> [Work to be completed] In the material below, the lines from the one containing "e26 v25 v25" through the one containing "v47 (-10,10,0)" are to be given again exactly, ends included, and no others.

> [Record set]
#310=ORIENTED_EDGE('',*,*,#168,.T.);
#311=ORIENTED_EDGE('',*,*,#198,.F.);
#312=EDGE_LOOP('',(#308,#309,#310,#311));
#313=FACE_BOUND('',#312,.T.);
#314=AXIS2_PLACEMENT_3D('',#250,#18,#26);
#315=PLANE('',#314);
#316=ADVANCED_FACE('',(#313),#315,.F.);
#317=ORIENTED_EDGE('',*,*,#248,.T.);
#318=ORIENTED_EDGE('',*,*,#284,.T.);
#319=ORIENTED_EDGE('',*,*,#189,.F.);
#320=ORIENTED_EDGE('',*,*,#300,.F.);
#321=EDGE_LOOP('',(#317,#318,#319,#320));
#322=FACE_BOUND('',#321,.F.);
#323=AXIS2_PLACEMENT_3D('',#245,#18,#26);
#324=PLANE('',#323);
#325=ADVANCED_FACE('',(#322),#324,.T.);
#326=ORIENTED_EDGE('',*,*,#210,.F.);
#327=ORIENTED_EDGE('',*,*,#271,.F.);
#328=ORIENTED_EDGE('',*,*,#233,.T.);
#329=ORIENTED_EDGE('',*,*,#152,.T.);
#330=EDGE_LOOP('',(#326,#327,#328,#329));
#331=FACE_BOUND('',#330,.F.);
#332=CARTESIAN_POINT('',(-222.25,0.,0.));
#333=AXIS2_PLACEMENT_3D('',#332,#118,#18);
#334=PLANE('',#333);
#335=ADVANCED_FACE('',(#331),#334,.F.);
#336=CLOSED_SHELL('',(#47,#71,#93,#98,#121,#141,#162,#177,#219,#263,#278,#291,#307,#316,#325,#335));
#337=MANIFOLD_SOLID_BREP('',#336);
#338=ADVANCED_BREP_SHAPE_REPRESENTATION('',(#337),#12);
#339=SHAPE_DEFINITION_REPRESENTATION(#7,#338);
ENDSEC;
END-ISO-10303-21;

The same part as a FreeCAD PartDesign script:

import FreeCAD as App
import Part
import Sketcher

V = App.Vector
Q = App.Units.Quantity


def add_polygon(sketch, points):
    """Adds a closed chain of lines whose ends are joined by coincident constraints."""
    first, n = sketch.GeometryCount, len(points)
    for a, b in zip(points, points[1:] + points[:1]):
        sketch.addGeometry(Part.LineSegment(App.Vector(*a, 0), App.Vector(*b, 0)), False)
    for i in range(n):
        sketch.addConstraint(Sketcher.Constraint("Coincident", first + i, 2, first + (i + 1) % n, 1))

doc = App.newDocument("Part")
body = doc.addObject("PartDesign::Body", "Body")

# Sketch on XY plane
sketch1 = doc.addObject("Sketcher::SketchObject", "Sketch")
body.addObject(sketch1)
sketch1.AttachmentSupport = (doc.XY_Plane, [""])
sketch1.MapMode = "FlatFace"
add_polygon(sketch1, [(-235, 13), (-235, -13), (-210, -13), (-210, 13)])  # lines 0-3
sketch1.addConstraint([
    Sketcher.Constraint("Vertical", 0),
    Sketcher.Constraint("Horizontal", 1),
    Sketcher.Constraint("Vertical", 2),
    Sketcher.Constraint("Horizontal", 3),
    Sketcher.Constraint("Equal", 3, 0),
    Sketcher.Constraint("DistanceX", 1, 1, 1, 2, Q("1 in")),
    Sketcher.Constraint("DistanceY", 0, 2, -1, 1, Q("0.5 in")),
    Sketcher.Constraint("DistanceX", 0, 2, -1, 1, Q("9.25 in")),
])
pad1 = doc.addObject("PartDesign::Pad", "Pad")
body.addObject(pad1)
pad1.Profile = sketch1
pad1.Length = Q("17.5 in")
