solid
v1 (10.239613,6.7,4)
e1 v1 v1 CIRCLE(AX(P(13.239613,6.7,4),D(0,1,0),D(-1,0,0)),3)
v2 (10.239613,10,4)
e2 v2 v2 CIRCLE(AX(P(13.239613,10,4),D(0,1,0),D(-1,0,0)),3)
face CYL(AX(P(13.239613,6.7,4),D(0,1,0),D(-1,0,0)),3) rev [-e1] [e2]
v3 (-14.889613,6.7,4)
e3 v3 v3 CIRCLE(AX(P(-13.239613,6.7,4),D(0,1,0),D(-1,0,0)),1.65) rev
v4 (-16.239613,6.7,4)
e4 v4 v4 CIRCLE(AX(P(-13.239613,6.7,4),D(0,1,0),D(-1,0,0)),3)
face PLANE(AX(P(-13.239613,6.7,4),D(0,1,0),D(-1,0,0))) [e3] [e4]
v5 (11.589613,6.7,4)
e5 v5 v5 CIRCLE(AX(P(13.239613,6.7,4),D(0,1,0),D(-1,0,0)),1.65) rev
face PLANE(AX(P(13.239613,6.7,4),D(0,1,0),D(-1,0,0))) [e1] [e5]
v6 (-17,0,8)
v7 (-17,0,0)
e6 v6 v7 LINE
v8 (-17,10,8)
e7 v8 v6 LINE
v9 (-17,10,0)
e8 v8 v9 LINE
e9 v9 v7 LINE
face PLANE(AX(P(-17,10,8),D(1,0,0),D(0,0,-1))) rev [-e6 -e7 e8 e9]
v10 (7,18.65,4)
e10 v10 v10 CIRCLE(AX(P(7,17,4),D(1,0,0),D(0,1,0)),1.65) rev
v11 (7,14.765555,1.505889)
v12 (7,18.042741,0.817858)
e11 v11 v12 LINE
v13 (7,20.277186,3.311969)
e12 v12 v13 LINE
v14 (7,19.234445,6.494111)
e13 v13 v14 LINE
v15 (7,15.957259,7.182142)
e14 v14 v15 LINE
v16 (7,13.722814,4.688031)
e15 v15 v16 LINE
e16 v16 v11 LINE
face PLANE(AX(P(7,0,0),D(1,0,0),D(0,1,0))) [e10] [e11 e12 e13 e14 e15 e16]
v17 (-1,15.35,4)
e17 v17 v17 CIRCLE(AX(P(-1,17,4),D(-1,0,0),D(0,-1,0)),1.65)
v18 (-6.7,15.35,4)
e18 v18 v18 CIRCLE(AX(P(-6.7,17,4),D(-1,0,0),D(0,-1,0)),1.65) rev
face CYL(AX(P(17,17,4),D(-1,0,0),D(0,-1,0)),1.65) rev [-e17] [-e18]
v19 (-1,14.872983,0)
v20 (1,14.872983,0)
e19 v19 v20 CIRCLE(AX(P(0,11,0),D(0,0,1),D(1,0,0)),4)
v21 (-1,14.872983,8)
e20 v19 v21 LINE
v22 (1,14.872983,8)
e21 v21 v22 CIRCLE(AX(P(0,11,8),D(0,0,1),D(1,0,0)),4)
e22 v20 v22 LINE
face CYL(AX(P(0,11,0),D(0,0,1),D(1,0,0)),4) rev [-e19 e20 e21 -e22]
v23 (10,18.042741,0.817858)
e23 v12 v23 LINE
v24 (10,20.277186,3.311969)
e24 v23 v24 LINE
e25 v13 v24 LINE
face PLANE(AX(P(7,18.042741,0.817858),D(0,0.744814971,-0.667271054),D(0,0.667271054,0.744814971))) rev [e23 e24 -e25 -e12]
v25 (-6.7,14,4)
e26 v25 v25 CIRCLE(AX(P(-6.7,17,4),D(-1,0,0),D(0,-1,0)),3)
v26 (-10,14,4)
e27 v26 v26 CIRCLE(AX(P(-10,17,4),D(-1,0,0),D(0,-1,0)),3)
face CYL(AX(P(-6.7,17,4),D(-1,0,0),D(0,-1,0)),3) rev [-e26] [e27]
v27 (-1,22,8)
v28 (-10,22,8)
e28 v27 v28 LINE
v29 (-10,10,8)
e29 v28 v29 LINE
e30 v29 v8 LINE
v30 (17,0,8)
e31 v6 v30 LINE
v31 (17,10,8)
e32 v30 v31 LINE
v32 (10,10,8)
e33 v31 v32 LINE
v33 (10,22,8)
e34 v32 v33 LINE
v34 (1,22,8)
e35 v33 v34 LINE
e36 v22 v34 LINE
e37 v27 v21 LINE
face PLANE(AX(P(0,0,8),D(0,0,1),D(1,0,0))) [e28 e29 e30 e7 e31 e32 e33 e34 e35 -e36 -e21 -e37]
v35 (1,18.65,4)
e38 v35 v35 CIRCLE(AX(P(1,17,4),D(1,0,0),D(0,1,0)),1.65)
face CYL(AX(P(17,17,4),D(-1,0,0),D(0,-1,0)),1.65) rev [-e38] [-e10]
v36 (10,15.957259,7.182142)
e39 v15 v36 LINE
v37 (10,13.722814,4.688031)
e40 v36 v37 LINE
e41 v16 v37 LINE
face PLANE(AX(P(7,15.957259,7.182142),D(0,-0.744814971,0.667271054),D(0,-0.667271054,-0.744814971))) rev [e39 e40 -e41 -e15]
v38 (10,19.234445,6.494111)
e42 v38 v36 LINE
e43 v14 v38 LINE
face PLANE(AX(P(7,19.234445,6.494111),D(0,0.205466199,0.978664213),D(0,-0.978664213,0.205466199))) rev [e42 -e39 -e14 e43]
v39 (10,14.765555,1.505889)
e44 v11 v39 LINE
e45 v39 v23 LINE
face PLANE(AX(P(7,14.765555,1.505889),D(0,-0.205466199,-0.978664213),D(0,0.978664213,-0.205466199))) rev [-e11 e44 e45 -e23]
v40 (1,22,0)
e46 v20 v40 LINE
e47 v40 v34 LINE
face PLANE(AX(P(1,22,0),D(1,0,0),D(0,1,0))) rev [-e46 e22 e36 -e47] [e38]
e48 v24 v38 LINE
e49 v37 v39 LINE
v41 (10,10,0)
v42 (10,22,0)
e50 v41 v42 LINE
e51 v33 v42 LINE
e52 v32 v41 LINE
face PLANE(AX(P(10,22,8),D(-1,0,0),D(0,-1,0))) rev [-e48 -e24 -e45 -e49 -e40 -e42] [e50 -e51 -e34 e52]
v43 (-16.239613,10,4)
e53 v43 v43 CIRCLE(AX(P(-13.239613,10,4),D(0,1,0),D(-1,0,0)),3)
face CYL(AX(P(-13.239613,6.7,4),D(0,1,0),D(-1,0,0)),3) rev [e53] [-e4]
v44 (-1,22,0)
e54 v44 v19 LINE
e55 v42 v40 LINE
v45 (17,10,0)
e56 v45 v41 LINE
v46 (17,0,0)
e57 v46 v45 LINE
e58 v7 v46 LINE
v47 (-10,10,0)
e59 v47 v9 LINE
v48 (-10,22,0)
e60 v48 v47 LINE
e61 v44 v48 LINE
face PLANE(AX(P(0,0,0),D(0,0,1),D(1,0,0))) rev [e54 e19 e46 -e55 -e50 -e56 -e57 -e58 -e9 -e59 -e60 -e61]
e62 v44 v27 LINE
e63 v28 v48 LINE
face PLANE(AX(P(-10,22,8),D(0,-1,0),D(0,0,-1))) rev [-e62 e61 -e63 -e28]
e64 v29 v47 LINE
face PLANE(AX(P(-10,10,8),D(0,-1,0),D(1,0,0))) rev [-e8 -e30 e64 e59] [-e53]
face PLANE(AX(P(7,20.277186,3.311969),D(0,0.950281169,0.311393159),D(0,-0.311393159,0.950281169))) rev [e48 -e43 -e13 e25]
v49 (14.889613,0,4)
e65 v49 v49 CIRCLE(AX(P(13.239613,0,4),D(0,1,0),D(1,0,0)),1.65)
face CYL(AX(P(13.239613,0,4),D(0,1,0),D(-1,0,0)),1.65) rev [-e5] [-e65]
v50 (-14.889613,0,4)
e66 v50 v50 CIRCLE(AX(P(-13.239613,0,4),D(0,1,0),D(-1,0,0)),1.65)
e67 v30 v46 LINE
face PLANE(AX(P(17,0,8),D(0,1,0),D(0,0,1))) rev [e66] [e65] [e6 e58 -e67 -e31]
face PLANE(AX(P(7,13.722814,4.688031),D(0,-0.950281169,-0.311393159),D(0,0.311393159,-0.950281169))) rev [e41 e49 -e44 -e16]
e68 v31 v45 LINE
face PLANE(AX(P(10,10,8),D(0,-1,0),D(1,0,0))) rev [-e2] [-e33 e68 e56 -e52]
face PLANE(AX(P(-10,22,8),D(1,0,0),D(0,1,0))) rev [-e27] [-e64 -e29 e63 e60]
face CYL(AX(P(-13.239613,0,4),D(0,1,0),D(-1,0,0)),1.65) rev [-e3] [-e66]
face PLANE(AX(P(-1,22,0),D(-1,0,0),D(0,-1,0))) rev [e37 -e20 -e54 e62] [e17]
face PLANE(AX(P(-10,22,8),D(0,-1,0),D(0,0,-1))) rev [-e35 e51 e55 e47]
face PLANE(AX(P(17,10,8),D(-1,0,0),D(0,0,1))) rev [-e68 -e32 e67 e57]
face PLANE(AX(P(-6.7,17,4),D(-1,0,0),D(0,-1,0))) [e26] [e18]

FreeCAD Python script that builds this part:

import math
import FreeCAD as App
import Part
import Sketcher
Q = App.Units.Quantity

doc = App.newDocument("Part")
body = doc.addObject("PartDesign::Body", "Body")

sketch1 = body.newObject("Sketcher::SketchObject", "Sketch")
sketch1.AttachmentSupport = (doc.getObject("XY_Plane"), [""])
sketch1.MapMode = "FlatFace"
sketch1.addGeometry([
    Part.LineSegment(App.Vector(10, 22, 0), App.Vector(-10, 22, 0)),
    Part.LineSegment(App.Vector(-10, 22, 0), App.Vector(-10, 10, 0)),
    Part.LineSegment(App.Vector(-10, 10, 0), App.Vector(-17, 10, 0)),
    Part.LineSegment(App.Vector(-17, 10, 0), App.Vector(-17, 0, 0)),
    Part.LineSegment(App.Vector(-17, 0, 0), App.Vector(17, 0, 0)),
    Part.LineSegment(App.Vector(17, 0, 0), App.Vector(17, 10, 0)),
    Part.LineSegment(App.Vector(17, 10, 0), App.Vector(10, 10, 0)),
    Part.LineSegment(App.Vector(10, 10, 0), App.Vector(10, 22, 0)),
], False)
sketch1.addConstraint([
    Sketcher.Constraint("Coincident", 0, 2, 1, 1),
    Sketcher.Constraint("Coincident", 1, 2, 2, 1),
    Sketcher.Constraint("Coincident", 2, 2, 3, 1),
    Sketcher.Constraint("Coincident", 3, 2, 4, 1),
    Sketcher.Constraint("Coincident", 4, 2, 5, 1),
    Sketcher.Constraint("Coincident", 5, 2, 6, 1),
    Sketcher.Constraint("Coincident", 6, 2, 7, 1),
    Sketcher.Constraint("Coincident", 7, 2, 0, 1),
    Sketcher.Constraint("Horizontal", 0),
    Sketcher.Constraint("Vertical", 1),
    Sketcher.Constraint("Horizontal", 2),
    Sketcher.Constraint("Vertical", 3),
    Sketcher.Constraint("Horizontal", 4),
    Sketcher.Constraint("Vertical", 5),
    Sketcher.Constraint("Horizontal", 6),
    Sketcher.Constraint("Vertical", 7),
    Sketcher.Constraint("Symmetric", 3, 2, 4, 2, -1, 1),
    Sketcher.Constraint("Symmetric", 1, 2, 6, 2, -2),
    Sketcher.Constraint("DistanceX", 0, 2, 0, 1, Q("20 mm")),
    Sketcher.Constraint("DistanceX", 2, 2, 2, 1, Q("7 mm")),
    Sketcher.Constraint("DistanceY", 1, 2, 1, 1, Q("12 mm")),
    Sketcher.Constraint("DistanceY", 3, 2, 3, 1, Q("10 mm")),
])
pad1 = body.newObject("PartDesign::Pad", "Pad")
pad1.Profile = sketch1
pad1.Length = 8

sketch2 = body.newObject("Sketcher::SketchObject", "Sketch001")
sketch2.AttachmentSupport = (doc.getObject("XY_Plane"), [""])
sketch2.MapMode = "FlatFace"
sketch2.AttachmentOffset = App.Placement(App.Vector(0, 0, 8), App.Rotation())
sketch2.addGeometry([
    Part.LineSegment(App.Vector(1, 22, 0), App.Vector(-1, 22, 0)),
    Part.LineSegment(App.Vector(-1, 22, 0), App.Vector(-1, 14.9, 0)),
    Part.ArcOfCircle(Part.Circle(App.Vector(0, 11, 0), App.Vector(0, 0, 1), 4), math.radians(104), math.radians(436)),
    Part.LineSegment(App.Vector(1, 14.9, 0), App.Vector(1, 22, 0)),
], False)
sketch2.addConstraint([
    Sketcher.Constraint("Coincident", 0, 2, 1, 1),
    Sketcher.Constraint("Coincident", 1, 2, 2, 1),
    Sketcher.Constraint("Coincident", 2, 2, 3, 1),
    Sketcher.Constraint("Coincident", 3, 2, 0, 1),
    Sketcher.Constraint("Horizontal", 0),
    Sketcher.Constraint("Vertical", 1),
    Sketcher.Constraint("Vertical", 3),
    Sketcher.Constraint("Symmetric", 1, 2, 2, 2, -2),
    Sketcher.Constraint("Radius", 2, Q("4 mm")),
    Sketcher.Constraint("DistanceX", 0, 2, 0, 1, Q("2 mm")),
    Sketcher.Constraint("DistanceY", -1, 1, 2, 3, Q("11 mm")),
    Sketcher.Constraint("DistanceY", -1, 1, 0, 2, Q("22 mm")),
])
pocket1 = body.newObject("PartDesign::Pocket", "Pocket")
pocket1.Profile = sketch2
pocket1.Type = "ThroughAll"

sketch3 = body.newObject("Sketcher::SketchObject", "Sketch002")
sketch3.AttachmentSupport = (doc.getObject("YZ_Plane"), [""])
sketch3.MapMode = "FlatFace"
sketch3.AttachmentOffset = App.Placement(App.Vector(0, 0, -10), App.Rotation())
sketch3.addGeometry(Part.Circle(App.Vector(17, 4, 0), App.Vector(0, 0, 1), 1.6), False)
sketch3.addConstraint([
    Sketcher.Constraint("Diameter", 0, Q("3.3 mm")),
    Sketcher.Constraint("DistanceX", -1, 1, 0, 3, Q("17 mm")),
    Sketcher.Constraint("DistanceY", -1, 1, 0, 3, Q("4 mm")),
])
pocket2 = body.newObject("PartDesign::Pocket", "Pocket001")
pocket2.Profile = sketch3
pocket2.Type = "ThroughAll"
pocket2.Reversed = True

sketch4 = body.newObject("Sketcher::SketchObject", "Sketch003")
sketch4.AttachmentSupport = (doc.getObject("YZ_Plane"), [""])
sketch4.MapMode = "FlatFace"
sketch4.AttachmentOffset = App.Placement(App.Vector(0, 0, -10), App.Rotation())
sketch4.addGeometry(Part.Circle(App.Vector(17, 4, 0), App.Vector(0, 0, 1), 3), False)
sketch4.addConstraint([
    Sketcher.Constraint("Diameter", 0, Q("6 mm")),
    Sketcher.Constraint("DistanceX", -1, 1, 0, 3, Q("17 mm")),
    Sketcher.Constraint("DistanceY", -1, 1, 0, 3, Q("4 mm")),
])
pocket3 = body.newObject("PartDesign::Pocket", "Pocket002")
pocket3.Profile = sketch4
pocket3.Length = 3.3
pocket3.Reversed = True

> [Task result]
e26 v25 v25 CIRCLE(AX(P(-6.7,17,4),D(-1,0,0),D(0,-1,0)),3)
v26 (-10,14,4)
e27 v26 v26 CIRCLE(AX(P(-10,17,4),D(-1,0,0),D(0,-1,0)),3)
face CYL(AX(P(-6.7,17,4),D(-1,0,0),D(0,-1,0)),3) rev [-e26] [e27]
v27 (-1,22,8)
v28 (-10,22,8)
e28 v27 v28 LINE
v29 (-10,10,8)
e29 v28 v29 LINE
e30 v29 v8 LINE
v30 (17,0,8)
e31 v6 v30 LINE
v31 (17,10,8)
e32 v30 v31 LINE
v32 (10,10,8)
e33 v31 v32 LINE
v33 (10,22,8)
e34 v32 v33 LINE
v34 (1,22,8)
e35 v33 v34 LINE
e36 v22 v34 LINE
e37 v27 v21 LINE
face PLANE(AX(P(0,0,8),D(0,0,1),D(1,0,0))) [e28 e29 e30 e7 e31 e32 e33 e34 e35 -e36 -e21 -e37]
v35 (1,18.65,4)
e38 v35 v35 CIRCLE(AX(P(1,17,4),D(1,0,0),D(0,1,0)),1.65)
face CYL(AX(P(17,17,4),D(-1,0,0),D(0,-1,0)),1.65) rev [-e38] [-e10]
v36 (10,15.957259,7.182142)
e39 v15 v36 LINE
v37 (10,13.722814,4.688031)
e40 v36 v37 LINE
e41 v16 v37 LINE
face PLANE(AX(P(7,15.957259,7.182142),D(0,-0.744814971,0.667271054),D(0,-0.667271054,-0.744814971))) rev [e39 e40 -e41 -e15]
v38 (10,19.234445,6.494111)
e42 v38 v36 LINE
e43 v14 v38 LINE
face PLANE(AX(P(7,19.234445,6.494111),D(0,0.205466199,0.978664213),D(0,-0.978664213,0.205466199))) rev [e42 -e39 -e14 e43]
v39 (10,14.765555,1.505889)
e44 v11 v39 LINE
e45 v39 v23 LINE
face PLANE(AX(P(7,14.765555,1.505889),D(0,-0.205466199,-0.978664213),D(0,0.978664213,-0.205466199))) rev [-e11 e44 e45 -e23]
v40 (1,22,0)
e46 v20 v40 LINE
e47 v40 v34 LINE
face PLANE(AX(P(1,22,0),D(1,0,0),D(0,1,0))) rev [-e46 e22 e36 -e47] [e38]
e48 v24 v38 LINE
e49 v37 v39 LINE
v41 (10,10,0)
v42 (10,22,0)
e50 v41 v42 LINE
e51 v33 v42 LINE
e52 v32 v41 LINE
face PLANE(AX(P(10,22,8),D(-1,0,0),D(0,-1,0))) rev [-e48 -e24 -e45 -e49 -e40 -e42] [e50 -e51 -e34 e52]
v43 (-16.239613,10,4)
e53 v43 v43 CIRCLE(AX(P(-13.239613,10,4),D(0,1,0),D(-1,0,0)),3)
face CYL(AX(P(-13.239613,6.7,4),D(0,1,0),D(-1,0,0)),3) rev [e53] [-e4]
v44 (-1,22,0)
e54 v44 v19 LINE
e55 v42 v40 LINE
v45 (17,10,0)
e56 v45 v41 LINE
v46 (17,0,0)
e57 v46 v45 LINE
e58 v7 v46 LINE
v47 (-10,10,0)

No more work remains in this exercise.